● **PROMPT**
Look through the records below for the line with "Rectangle(SKETCH002_W, SKETCH002_H)". Return that line and each one after it up to and including the line with "A parametric FreeCAD", exactly.

● **DATA SECTION**
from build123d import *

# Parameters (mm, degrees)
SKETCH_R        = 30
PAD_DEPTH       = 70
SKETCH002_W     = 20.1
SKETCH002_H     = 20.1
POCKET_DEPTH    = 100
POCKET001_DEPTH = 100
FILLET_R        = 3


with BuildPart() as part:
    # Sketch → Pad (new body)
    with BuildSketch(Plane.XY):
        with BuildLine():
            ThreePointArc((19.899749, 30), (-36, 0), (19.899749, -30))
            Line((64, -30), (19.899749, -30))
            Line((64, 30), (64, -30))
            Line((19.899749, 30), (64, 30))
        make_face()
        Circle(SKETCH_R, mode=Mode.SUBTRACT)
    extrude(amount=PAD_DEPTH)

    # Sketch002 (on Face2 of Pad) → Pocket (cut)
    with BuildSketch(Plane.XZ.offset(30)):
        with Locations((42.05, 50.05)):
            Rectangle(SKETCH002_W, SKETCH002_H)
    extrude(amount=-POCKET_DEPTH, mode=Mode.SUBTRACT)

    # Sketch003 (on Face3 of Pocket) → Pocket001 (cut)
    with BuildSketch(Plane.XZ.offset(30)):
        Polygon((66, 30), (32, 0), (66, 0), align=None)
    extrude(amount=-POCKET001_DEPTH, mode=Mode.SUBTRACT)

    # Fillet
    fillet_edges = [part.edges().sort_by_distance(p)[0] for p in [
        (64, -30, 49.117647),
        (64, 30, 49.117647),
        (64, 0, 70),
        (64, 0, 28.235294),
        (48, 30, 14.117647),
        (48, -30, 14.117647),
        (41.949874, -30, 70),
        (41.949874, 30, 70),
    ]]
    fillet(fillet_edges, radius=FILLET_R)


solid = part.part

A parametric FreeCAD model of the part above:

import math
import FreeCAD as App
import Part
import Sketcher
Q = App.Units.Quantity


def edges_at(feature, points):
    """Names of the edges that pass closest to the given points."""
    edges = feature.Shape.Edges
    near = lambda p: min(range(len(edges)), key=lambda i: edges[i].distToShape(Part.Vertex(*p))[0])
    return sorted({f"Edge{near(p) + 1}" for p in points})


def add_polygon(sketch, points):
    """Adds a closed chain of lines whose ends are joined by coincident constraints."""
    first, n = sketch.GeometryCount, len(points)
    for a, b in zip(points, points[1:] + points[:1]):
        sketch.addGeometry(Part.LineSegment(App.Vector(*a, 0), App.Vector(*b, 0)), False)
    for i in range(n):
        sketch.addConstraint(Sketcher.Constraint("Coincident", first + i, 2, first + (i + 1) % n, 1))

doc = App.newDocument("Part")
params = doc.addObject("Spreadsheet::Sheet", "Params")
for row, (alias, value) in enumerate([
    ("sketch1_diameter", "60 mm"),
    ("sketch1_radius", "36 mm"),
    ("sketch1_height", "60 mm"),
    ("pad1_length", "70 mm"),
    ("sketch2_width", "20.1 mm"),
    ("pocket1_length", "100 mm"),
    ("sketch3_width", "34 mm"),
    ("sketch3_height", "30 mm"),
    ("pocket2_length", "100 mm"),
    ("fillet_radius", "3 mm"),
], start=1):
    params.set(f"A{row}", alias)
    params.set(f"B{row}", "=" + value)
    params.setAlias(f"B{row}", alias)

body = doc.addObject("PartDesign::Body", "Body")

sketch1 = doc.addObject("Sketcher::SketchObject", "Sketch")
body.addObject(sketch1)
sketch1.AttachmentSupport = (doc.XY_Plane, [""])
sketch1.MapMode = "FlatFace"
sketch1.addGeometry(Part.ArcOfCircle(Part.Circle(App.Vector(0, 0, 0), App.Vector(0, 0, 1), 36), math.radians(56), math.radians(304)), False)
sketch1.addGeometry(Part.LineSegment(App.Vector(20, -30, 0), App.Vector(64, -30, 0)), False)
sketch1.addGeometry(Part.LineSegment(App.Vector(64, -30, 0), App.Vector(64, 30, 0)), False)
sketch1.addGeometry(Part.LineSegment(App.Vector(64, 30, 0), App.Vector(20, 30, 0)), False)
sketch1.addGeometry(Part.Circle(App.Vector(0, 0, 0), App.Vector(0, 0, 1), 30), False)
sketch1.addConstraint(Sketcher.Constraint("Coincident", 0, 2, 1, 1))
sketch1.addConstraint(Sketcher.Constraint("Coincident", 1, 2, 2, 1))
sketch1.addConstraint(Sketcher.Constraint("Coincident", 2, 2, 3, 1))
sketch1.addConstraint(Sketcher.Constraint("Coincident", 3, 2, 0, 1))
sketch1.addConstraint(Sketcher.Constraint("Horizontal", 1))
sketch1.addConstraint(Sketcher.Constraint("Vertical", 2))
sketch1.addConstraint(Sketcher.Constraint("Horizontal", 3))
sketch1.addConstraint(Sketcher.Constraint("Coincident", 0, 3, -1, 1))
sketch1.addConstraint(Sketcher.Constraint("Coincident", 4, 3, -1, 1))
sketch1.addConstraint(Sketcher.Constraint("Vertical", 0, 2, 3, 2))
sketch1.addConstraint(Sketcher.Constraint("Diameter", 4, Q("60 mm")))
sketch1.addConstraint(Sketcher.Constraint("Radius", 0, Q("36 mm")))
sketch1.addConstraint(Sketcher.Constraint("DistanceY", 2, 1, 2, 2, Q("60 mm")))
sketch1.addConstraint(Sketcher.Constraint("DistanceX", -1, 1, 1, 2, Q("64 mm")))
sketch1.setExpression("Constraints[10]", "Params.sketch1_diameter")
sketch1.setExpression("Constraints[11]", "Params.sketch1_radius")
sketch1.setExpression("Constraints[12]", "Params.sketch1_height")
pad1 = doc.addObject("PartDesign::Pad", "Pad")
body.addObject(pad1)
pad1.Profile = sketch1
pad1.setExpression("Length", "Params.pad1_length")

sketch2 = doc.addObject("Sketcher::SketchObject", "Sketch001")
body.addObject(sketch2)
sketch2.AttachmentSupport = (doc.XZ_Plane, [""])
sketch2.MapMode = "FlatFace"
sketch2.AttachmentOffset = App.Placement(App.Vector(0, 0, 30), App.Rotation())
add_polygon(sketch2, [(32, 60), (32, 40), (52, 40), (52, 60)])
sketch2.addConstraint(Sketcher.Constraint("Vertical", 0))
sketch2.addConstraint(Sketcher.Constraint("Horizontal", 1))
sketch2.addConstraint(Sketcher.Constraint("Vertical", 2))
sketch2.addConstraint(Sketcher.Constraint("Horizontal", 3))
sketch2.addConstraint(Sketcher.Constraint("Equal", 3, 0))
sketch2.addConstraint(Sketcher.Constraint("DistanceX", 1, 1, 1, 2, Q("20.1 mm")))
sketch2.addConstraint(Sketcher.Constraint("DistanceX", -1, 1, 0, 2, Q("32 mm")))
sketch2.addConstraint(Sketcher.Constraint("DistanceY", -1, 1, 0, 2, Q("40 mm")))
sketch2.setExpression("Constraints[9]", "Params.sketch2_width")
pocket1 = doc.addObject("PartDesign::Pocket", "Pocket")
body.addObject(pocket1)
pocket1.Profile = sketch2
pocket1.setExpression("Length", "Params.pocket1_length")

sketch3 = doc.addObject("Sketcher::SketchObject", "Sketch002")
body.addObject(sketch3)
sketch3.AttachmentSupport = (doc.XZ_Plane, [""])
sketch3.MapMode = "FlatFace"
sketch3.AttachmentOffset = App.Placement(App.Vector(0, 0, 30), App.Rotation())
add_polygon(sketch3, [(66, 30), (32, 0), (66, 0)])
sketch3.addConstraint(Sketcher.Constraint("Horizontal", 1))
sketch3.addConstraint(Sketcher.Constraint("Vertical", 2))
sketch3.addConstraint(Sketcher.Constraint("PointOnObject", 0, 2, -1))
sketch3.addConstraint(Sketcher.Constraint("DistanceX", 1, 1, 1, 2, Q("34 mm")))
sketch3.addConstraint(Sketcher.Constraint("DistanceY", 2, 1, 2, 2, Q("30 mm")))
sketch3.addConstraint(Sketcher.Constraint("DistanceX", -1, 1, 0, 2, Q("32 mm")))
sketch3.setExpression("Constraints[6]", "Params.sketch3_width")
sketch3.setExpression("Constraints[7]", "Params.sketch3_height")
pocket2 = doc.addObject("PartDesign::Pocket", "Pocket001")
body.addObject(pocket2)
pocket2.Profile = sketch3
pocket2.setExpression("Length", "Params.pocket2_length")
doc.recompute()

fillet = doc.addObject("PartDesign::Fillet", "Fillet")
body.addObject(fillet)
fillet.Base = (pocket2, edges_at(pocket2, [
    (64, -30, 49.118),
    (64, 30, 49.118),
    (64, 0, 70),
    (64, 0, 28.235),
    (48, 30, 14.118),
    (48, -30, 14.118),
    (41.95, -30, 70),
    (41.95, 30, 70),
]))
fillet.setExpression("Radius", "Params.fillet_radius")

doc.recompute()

● **EXERCISE RESPONSE**
            Rectangle(SKETCH002_W, SKETCH002_H)
    extrude(amount=-POCKET_DEPTH, mode=Mode.SUBTRACT)

    # Sketch003 (on Face3 of Pocket) → Pocket001 (cut)
    with BuildSketch(Plane.XZ.offset(30)):
        Polygon((66, 30), (32, 0), (66, 0), align=None)
    extrude(amount=-POCKET001_DEPTH, mode=Mode.SUBTRACT)

    # Fillet
    fillet_edges = [part.edges().sort_by_distance(p)[0] for p in [
        (64, -30, 49.117647),
        (64, 30, 49.117647),
        (64, 0, 70),
        (64, 0, 28.235294),
        (48, 30, 14.117647),
        (48, -30, 14.117647),
        (41.949874, -30, 70),
        (41.949874, 30, 70),
    ]]
    fillet(fillet_edges, radius=FILLET_R)


solid = part.part

A parametric FreeCAD model of the part above:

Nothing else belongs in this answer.